Summary

The Problem

As the precision of data and the storage of past data increases, the amount of data increases to the point that legacy Relational Databases cannot handle.

Challenge #1:

Reduced Performance as Dataset Grows

As the amount of data increases and as the business logic changes repeatedly, processing performance gradually decreases, causing problems for the business.

Challenge #2:

Cost Increases as Dataset Grows

Requires specialized high-performance hardware and advanced middleware, increasing the initial investment cost and ongoing maintenance cost.

Legacy Solutions

Purchase and deploy the latest high-performance specialized hardware and advanced middleware.

Performance is improved, but costs skyrocket.

Re-write software using latest techniques (Hadoop, etc.)

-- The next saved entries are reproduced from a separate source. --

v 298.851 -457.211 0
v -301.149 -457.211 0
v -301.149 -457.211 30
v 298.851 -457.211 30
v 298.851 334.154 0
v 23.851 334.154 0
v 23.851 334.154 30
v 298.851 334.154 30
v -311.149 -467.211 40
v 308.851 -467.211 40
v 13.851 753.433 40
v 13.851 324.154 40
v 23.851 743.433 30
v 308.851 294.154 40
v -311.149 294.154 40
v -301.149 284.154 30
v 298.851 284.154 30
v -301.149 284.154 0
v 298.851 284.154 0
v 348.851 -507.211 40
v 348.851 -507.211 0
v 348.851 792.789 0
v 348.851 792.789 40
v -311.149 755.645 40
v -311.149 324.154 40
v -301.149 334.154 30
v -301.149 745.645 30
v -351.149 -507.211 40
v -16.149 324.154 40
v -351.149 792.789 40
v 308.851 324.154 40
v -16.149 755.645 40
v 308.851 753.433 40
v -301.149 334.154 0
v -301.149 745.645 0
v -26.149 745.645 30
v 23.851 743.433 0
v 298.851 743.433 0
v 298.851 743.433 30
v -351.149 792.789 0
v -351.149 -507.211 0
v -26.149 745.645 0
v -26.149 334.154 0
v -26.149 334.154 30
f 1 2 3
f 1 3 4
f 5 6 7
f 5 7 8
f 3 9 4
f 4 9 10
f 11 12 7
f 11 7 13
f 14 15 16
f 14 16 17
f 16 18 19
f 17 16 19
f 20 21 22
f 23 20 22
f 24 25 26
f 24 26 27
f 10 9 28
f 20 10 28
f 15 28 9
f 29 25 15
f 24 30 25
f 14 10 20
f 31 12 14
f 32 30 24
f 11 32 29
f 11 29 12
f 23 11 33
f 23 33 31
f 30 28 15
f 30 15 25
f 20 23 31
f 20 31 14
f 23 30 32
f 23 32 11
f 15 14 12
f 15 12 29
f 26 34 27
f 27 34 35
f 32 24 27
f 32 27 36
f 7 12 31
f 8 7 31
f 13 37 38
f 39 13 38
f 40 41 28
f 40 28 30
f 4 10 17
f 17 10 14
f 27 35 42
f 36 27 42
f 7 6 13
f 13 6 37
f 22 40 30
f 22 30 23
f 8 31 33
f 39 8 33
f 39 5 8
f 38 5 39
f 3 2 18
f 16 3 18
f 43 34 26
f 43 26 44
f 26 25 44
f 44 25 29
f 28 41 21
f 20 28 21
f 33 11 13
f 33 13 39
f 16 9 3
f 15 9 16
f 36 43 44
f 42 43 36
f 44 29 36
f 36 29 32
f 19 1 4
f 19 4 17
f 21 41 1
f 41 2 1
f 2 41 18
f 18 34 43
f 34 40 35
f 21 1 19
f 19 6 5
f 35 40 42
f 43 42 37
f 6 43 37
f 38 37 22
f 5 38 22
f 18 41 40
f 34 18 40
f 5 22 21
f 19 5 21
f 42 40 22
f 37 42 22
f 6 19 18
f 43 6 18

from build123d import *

# Parameters (mm, degrees)
F0_W     = 700
F0_H     = 1300
F0_W_2   = 600
F0_H_2   = 741.365468
F0_W_3   = 275
F0_H_3   = 411.491126
F0_H_4   = 409.27878
F1_DEPTH = 40
F2_SIZE  = 10


with BuildPart() as f1:
    # F0 (on Top) → F1 (new body)
    with BuildSketch(Plane.XY):
        with Locations((-1.148704, 142.788631)):
            Rectangle(F0_W, F0_H)
        with Locations((-1.148704, -86.528635)):
            Rectangle(F0_W_2, F0_H_2, mode=Mode.SUBTRACT)
        with Locations((-163.648704, 539.899662)):
            Rectangle(F0_W_3, F0_H_3, mode=Mode.SUBTRACT)
        with Locations((161.351296, 538.793489)):
            Rectangle(F0_W_3, F0_H_4, mode=Mode.SUBTRACT)
    extrude(amount=F1_DEPTH)

    # F2
    f2_edges = [f1.edges().sort_by_distance(p)[0] for p in [
        (-1.148704, -457.211369, 40),
        (298.851296, -86.528635, 40),
        (-1.148704, 284.154099, 40),
        (-301.148704, -86.528635, 40),
        (23.851296, 538.793489, 40),
        (161.351296, 334.154099, 40),
        (-163.648704, 334.154099, 40),
        (-26.148704, 539.899662, 40),
        (298.851296, 538.793489, 40),
        (-301.148704, 539.899662, 40),
        (-163.648704, 745.645225, 40),
        (161.351296, 743.432879, 40),
    ]]
    chamfer(f2_edges, length=F2_SIZE)


solid = f1.part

High Cost. Difficult to recruit and train engineers.

Why is Unicage Fast?

  1. We do not use middleware with huge overhead
    We use only the core functions of the OS, without any database, runtime or middleware. From this aspect, UNIX/Linux OSes like FreeBSD are excellent since they have compact kernel code and you can select the required peripheral software from the PORTS collection.
  2. USP Unicage commands have been precisely tuned
    We have developed the commands used in the shell scripts in the C language and they control memory and CPU directly. They are extensively tuned, for example by using the SIMD command inline. For this reason, it is tens of times faster than commands written in Java. (This is clear by the difference in the size of the post-compilation assembler code.)
  3. Parallel Processing using Pipelines
    Shell scripts can easily use the "pipe" which is a unique feature of UNIX. By connecting USP Unicage commands with a pipeline you can achieve parallel processing which improves processing speed. In one project for an investment bank, we utilized 95% of CPU in a 16-core machine to process 30 million records 60 times faster than their legacy system.
  4. ush
    in order to eliminate the overhead of the shell itself, we have created our own shell called "ush" which is based on "ash". The same shell script runs 1.7 times faster on "ush" than on standard "bash" . We continue to improve the "ush" shell, for example by changing the implementation of pipes to "mmap" (kernel memory) with ID passing.
  5. Pompa Technology
    in order to search large datasets, we employ directory tree division and memory cache control. Our "Pompa Technology" embeds the search key in the path name, enabling two-layer search at the OS level and the Unicage level. Using this technology we were able to return search results from 10TB of log data (from a Korean search engine) in less than 0.1 second without using expensive appliances.